Include /etc/apache2/modules.d/*.conf

### Section 2: 'Main' server configuration

#

# The directives in this section set up the values used by the 'main'

# server, which responds to any requests that aren't handled by a

# <VirtualHost> definition.  These values also provide defaults for

# any <VirtualHost> containers you may define later in the file.

#

# All of these directives may appear inside <VirtualHost> containers,

# in which case these default settings will be overridden for the

# virtual host being defined.

#

#

# If you wish httpd to run as a different user or group, you must run

# httpd as root initially and it will switch.  

#

# User/Group: The name (or #number) of the user/group to run httpd as.

#  . On SCO (ODT 3) use "User nouser" and "Group nogroup".

#  . On HPUX you may not be able to use shared memory as nobody, and the

#    suggested workaround is to create a user www and use that user.

#  NOTE that some kernels refuse to setgid(Group) or semctl(IPC_SET)

#  when the value of (unsigned)Group is above 60000; 

#  don't use Group #-1 on these systems!

#

User apache

Group apache

#

# ServerAdmin: Your address, where problems with the server should be

# e-mailed.  This address appears on some server-generated pages, such

# as error documents.  e.g. admin@your-domain.com

#

#

# ServerName gives the name and port that the server uses to identify itself.

# This can often be determined automatically, but we recommend you specify

# it explicitly to prevent problems during startup.

#

# If this is not set to valid DNS name for your host, server-generated

# redirections will not work.  See also the UseCanonicalName directive.

#

# If your host doesn't have a registered DNS name, enter its IP address here.

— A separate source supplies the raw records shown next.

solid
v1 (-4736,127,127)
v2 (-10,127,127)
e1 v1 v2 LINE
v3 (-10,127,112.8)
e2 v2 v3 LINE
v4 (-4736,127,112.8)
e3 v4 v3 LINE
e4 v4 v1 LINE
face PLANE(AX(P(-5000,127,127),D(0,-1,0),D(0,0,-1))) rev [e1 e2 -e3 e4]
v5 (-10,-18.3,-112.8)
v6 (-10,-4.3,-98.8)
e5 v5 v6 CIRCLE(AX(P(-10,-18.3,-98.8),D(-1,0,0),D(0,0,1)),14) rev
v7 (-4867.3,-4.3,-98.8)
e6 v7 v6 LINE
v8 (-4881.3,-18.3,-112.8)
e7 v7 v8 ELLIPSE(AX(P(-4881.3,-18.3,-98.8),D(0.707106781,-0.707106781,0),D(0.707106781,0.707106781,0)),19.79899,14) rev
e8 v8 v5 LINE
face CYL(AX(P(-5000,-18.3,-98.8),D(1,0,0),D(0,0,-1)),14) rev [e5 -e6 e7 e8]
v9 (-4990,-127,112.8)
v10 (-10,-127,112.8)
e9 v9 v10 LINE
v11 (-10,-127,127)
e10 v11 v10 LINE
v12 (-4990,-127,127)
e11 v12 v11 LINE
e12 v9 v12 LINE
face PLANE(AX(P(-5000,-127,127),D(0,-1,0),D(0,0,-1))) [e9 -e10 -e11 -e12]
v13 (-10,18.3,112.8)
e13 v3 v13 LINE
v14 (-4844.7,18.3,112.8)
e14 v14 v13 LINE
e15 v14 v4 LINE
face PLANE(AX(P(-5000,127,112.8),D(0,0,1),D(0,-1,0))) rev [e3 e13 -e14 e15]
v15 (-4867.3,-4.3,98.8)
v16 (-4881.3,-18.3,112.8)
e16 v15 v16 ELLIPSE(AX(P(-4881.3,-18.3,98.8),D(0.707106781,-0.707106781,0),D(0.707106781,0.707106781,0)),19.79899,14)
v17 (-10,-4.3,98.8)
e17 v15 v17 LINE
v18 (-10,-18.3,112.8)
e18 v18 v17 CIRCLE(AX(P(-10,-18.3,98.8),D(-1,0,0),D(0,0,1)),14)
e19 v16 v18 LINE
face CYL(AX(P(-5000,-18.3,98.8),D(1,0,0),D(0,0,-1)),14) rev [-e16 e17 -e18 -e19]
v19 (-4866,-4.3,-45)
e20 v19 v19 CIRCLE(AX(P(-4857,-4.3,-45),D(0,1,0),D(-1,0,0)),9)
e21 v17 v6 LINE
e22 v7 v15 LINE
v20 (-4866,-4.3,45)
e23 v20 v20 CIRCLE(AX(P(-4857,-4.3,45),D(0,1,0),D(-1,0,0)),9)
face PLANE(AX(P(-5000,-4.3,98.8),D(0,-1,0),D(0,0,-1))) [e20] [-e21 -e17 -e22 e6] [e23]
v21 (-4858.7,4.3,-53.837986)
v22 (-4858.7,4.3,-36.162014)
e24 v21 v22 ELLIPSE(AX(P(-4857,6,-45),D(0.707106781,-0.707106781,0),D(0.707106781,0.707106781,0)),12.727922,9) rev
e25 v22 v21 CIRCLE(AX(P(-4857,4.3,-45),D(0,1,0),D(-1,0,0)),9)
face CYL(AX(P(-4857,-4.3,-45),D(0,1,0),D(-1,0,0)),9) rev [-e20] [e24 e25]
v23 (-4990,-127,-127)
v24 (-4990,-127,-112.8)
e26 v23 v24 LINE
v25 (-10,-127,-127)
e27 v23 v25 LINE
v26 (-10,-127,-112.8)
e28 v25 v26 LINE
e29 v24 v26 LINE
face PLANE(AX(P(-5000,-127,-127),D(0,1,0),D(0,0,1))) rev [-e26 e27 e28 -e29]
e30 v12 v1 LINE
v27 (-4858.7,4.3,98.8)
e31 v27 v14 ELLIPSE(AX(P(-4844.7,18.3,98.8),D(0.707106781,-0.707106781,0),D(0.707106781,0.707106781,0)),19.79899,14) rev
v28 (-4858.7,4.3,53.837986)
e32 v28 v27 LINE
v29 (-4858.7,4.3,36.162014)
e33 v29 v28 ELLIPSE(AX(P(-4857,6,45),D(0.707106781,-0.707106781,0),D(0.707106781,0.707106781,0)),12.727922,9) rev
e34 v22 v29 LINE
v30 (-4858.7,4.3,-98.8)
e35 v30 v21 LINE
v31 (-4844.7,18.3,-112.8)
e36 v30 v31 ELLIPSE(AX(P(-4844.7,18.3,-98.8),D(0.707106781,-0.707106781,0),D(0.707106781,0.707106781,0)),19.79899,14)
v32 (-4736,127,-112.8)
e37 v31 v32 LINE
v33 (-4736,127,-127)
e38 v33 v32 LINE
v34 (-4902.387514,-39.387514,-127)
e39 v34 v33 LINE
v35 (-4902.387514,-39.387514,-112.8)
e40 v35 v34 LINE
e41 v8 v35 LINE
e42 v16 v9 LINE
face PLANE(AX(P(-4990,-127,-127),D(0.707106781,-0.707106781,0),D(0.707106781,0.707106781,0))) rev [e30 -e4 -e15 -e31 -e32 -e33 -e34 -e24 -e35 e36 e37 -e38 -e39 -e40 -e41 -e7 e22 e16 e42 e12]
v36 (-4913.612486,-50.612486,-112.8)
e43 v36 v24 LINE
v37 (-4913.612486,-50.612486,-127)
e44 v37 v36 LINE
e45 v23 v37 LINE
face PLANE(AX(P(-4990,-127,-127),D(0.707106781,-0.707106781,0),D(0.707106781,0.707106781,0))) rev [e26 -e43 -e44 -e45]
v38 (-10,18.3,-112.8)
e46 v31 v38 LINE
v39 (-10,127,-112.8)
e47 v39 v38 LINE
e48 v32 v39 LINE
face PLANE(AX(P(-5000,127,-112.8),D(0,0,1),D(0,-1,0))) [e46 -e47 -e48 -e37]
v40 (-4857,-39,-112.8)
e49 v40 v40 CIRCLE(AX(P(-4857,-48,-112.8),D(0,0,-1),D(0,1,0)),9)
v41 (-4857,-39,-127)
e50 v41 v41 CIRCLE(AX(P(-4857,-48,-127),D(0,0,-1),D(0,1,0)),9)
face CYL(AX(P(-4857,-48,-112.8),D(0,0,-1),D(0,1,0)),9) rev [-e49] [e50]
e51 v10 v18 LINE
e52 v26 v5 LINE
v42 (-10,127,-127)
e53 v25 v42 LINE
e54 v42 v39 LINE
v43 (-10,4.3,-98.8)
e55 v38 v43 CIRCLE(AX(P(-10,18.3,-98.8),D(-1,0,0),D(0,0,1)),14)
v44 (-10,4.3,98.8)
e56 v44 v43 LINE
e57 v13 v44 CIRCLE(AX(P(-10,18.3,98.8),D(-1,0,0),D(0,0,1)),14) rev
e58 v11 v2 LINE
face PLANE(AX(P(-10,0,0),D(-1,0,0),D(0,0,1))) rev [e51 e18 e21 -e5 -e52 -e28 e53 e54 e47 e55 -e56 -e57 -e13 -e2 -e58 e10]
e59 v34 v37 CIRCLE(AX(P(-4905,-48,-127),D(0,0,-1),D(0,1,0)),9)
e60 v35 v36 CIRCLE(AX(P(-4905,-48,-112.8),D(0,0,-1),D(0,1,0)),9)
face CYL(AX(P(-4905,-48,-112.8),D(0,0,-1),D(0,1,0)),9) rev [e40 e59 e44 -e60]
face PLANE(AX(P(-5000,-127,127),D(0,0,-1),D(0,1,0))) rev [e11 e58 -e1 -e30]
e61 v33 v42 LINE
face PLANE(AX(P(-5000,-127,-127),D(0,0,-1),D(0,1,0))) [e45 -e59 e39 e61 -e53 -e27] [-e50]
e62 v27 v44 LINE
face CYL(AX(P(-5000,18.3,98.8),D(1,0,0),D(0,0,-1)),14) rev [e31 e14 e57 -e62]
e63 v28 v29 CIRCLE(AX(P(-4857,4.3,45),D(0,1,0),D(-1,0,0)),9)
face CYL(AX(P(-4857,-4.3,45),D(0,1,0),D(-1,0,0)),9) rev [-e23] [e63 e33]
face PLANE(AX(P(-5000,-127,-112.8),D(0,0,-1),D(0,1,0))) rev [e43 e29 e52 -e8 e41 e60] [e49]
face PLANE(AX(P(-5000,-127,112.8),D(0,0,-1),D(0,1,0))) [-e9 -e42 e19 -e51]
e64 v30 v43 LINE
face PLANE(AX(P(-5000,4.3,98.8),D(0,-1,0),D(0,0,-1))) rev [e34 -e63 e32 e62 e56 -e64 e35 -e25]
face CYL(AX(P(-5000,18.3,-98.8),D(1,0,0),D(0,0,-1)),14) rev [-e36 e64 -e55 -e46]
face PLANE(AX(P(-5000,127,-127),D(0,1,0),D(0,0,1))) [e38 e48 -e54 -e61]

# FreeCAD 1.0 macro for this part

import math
import FreeCAD as App
import Part
import Sketcher
Q = App.Units.Quantity

doc = App.newDocument("Part")
params = doc.addObject("Spreadsheet::Sheet", "Params")
for row, (alias, value) in enumerate([
    ("sketch1_radius", "14 mm"),
    ("sketch1_width", "254 mm"),
    ("sketch1_width2", "108.7 mm"),
    ("sketch1_height", "14.2 mm"),
    ("sketch1_height2", "197.6 mm"),
    ("pad1_length", "5000 mm"),
    ("sketch2_diameter", "18 mm"),
    ("pocket1_length", "14.2 mm"),
    ("sketch3_diameter", "18 mm"),
    ("pocket2_length", "8.6 mm"),
    ("sketch4_width", "254 mm"),
    ("pocket3_length", "10 mm"),
    ("sketch5_width", "282 mm"),
    ("pocket4_length", "10 mm"),
    ("sketch6_width", "254 mm"),
], start=1):
    params.set(f"A{row}", alias)
    params.set(f"B{row}", "=" + value)
    params.setAlias(f"B{row}", alias)

body = doc.addObject("PartDesign::Body", "Body")

# Sketch on YZ plane
sketch1 = doc.addObject("Sketcher::SketchObject", "Sketch")
body.addObject(sketch1)
sketch1.AttachmentSupport = (doc.YZ_Plane, [""])
sketch1.MapMode = "FlatFace"
sketch1.addGeometry([
    Part.LineSegment(App.Vector(-127, 127, 0), App.Vector(127, 127, 0)),  # 0
    Part.LineSegment(App.Vector(127, 127, 0), App.Vector(127, 113, 0)),  # 1
    Part.LineSegment(App.Vector(127, 113, 0), App.Vector(18, 113, 0)),  # 2
    Part.ArcOfCircle(Part.Circle(App.Vector(18, 99, 0), App.Vector(0, 0, 1), 14), math.radians(90), math.radians(180)),  # 3
    Part.LineSegment(App.Vector(4, 99, 0), App.Vector(4, -99, 0)),  # 4
    Part.ArcOfCircle(Part.Circle(App.Vector(18, -99, 0), App.Vector(0, 0, 1), 14), math.radians(180), math.radians(270)),  # 5
    Part.LineSegment(App.Vector(18, -113, 0), App.Vector(127, -113, 0)),  # 6
    Part.LineSegment(App.Vector(127, -113, 0), App.Vector(127, -127, 0)),  # 7
    Part.LineSegment(App.Vector(127, -127, 0), App.Vector(-127, -127, 0)),  # 8
    Part.LineSegment(App.Vector(-127, -127, 0), App.Vector(-127, -113, 0)),  # 9
    Part.LineSegment(App.Vector(-127, -113, 0), App.Vector(-18, -113, 0)),  # 10
    Part.ArcOfCircle(Part.Circle(App.Vector(-18, -99, 0), App.Vector(0, 0, 1), 14), math.radians(-90), math.radians(0)),  # 11
    Part.LineSegment(App.Vector(-4, -99, 0), App.Vector(-4, 99, 0)),  # 12
    Part.ArcOfCircle(Part.Circle(App.Vector(-18, 99, 0), App.Vector(0, 0, 1), 14), math.radians(0), math.radians(90)),  # 13
    Part.LineSegment(App.Vector(-18, 113, 0), App.Vector(-127, 113, 0)),  # 14
    Part.LineSegment(App.Vector(-127, 113, 0), App.Vector(-127, 127, 0)),  # 15
], False)
sketch1.addConstraint([
    Sketcher.Constraint("Coincident", 0, 2, 1, 1),
    Sketcher.Constraint("Coincident", 1, 2, 2, 1),
    Sketcher.Constraint("Tangent", 2, 2, 3, 1),
    Sketcher.Constraint("Tangent", 3, 2, 4, 1),
    Sketcher.Constraint("Tangent", 4, 2, 5, 1),
    Sketcher.Constraint("Tangent", 5, 2, 6, 1),
    Sketcher.Constraint("Coincident", 6, 2, 7, 1),
    Sketcher.Constraint("Coincident", 7, 2, 8, 1),
    Sketcher.Constraint("Coincident", 8, 2, 9, 1),
    Sketcher.Constraint("Coincident", 9, 2, 10, 1),
    Sketcher.Constraint("Tangent", 10, 2, 11, 1),
    Sketcher.Constraint("Tangent", 11, 2, 12, 1),
    Sketcher.Constraint("Tangent", 12, 2, 13, 1),
    Sketcher.Constraint("Tangent", 13, 2, 14, 1),
    Sketcher.Constraint("Coincident", 14, 2, 15, 1),
    Sketcher.Constraint("Coincident", 15, 2, 0, 1),
    Sketcher.Constraint("Horizontal", 0),
    Sketcher.Constraint("Vertical", 1),
    Sketcher.Constraint("Horizontal", 2),
    Sketcher.Constraint("Vertical", 4),
    Sketcher.Constraint("Horizontal", 6),
    Sketcher.Constraint("Vertical", 7),
    Sketcher.Constraint("Horizontal", 8),
    Sketcher.Constraint("Vertical", 9),
    Sketcher.Constraint("Horizontal", 10),
    Sketcher.Constraint("Vertical", 12),
    Sketcher.Constraint("Horizontal", 14),
    Sketcher.Constraint("Vertical", 15),
    Sketcher.Constraint("Equal", 3, 5),
    Sketcher.Constraint("Equal", 5, 11),
    Sketcher.Constraint("Equal", 11, 13),
    Sketcher.Constraint("Symmetric", 3, 3, 11, 3, -1, 1),
    Sketcher.Constraint("Symmetric", 0, 2, 8, 2, -1, 1),
    Sketcher.Constraint("Symmetric", 6, 2, 14, 2, -1, 1),
    Sketcher.Constraint("Symmetric", 6, 2, 9, 2, -2),
    Sketcher.Constraint("Radius", 3, Q("14 mm")),
    Sketcher.Constraint("DistanceX", 0, 1, 0, 2, Q("254 mm")),
    Sketcher.Constraint("DistanceX", 2, 2, 2, 1, Q("108.7 mm")),
    Sketcher.Constraint("DistanceY", 1, 2, 1, 1, Q("14.2 mm")),
    Sketcher.Constraint("DistanceY", 4, 2, 4, 1, Q("197.6 mm")),
])
sketch1.setExpression("Constraints[35]", "Params.sketch1_radius")
sketch1.setExpression("Constraints[36]", "Params.sketch1_width")
sketch1.setExpression("Constraints[37]", "Params.sketch1_width2")
sketch1.setExpression("Constraints[38]", "Params.sketch1_height")
sketch1.setExpression("Constraints[39]", "Params.sketch1_height2")
pad1 = doc.addObject("PartDesign::Pad", "Pad")
body.addObject(pad1)
pad1.Profile = sketch1
pad1.setExpression("Length", "Params.pad1_length")
pad1.Reversed = True

# Sketch on XY plane
sketch2 = doc.addObject("Sketcher::SketchObject", "Sketch001")
body.addObject(sketch2)
sketch2.AttachmentSupport = (doc.XY_Plane, [""])
sketch2.MapMode = "FlatFace"
sketch2.AttachmentOffset = App.Placement(App.Vector(0, 0, -127), App.Rotation())
sketch2.addGeometry([
    Part.Circle(App.Vector(-4857, -48, 0), App.Vector(0, 0, 1), 9),
    Part.Circle(App.Vector(-4905, -48, 0), App.Vector(0, 0, 1), 9),
    Part.Circle(App.Vector(-4857, 48, 0), App.Vector(0, 0, 1), 9),
    Part.Circle(App.Vector(-4905, 48, 0), App.Vector(0, 0, 1), 9),
], False)
sketch2.addConstraint([
    Sketcher.Constraint("Equal", 0, 1),
    Sketcher.Constraint("Equal", 1, 2),
    Sketcher.Constraint("Equal", 2, 3),
    Sketcher.Constraint("Symmetric", 0, 3, 2, 3, -1),
    Sketcher.Constraint("Symmetric", 1, 3, 3, 3, -1),
    Sketcher.Constraint("Horizontal", 0, 3, 1, 3),
    Sketcher.Constraint("Diameter", 0, Q("18 mm")),
    Sketcher.Constraint("DistanceX", 0, 3, -1, 1, Q("4857 mm")),
    Sketcher.Constraint("DistanceY", 0, 3, -1, 1, Q("48 mm")),
    Sketcher.Constraint("DistanceX", 1, 3, -1, 1, Q("4905 mm")),
])
sketch2.setExpression("Constraints[6]", "Params.sketch2_diameter")
pocket1 = doc.addObject("PartDesign::Pocket", "Pocket")
body.addObject(pocket1)
pocket1.Profile = sketch2
pocket1.setExpression("Length", "Params.pocket1_length")
pocket1.Reversed = True

# Sketch on XZ plane
sketch3 = doc.addObject("Sketcher::SketchObject", "Sketch002")
body.addObject(sketch3)
sketch3.AttachmentSupport = (doc.XZ_Plane, [""])
sketch3.MapMode = "FlatFace"
sketch3.addGeometry([
    Part.Circle(App.Vector(-4857, -45, 0), App.Vector(0, 0, 1), 9),
    Part.Circle(App.Vector(-4857, 45, 0), App.Vector(0, 0, 1), 9),
    Part.Circle(App.Vector(-4905, -45, 0), App.Vector(0, 0, 1), 9),
    Part.Circle(App.Vector(-4905, 45, 0), App.Vector(0, 0, 1), 9),
], False)
sketch3.addConstraint([
    Sketcher.Constraint("Equal", 0, 1),
    Sketcher.Constraint("Equal", 1, 2),
    Sketcher.Constraint("Equal", 2, 3),
    Sketcher.Constraint("Symmetric", 0, 3, 1, 3, -1),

# You will have to access it by its address anyway, and this will make 

# redirections work in a sensible way.

#

#ServerName localhost

#

# UseCanonicalName: Determines how Apache constructs self-referencing 

# URLs and the SERVER_NAME and SERVER_PORT variables.

# When set "Off", Apache will use the Hostname and Port supplied

# by the client.  When set "On", Apache will use the value of the

# ServerName directive.

#

UseCanonicalName off

#

# Each directory to which Apache has access can be configured with respect

# to which services and features are allowed and/or disabled in that

# directory (and its subdirectories). 

#

# First, we configure the "default" to be a very restrictive set of 

# features.  

#

<Directory />

    Options FollowSymLinks

    AllowOverride None

</Directory>

#

# Note that from this point forward you must specifically allow

# particular features to be enabled - so if something's not working as

# you might expect, make sure that you have specifically enabled it

# below.

#

#

# UserDir: The name of the directory that is appended onto a user's home

# directory if a ~user request is received.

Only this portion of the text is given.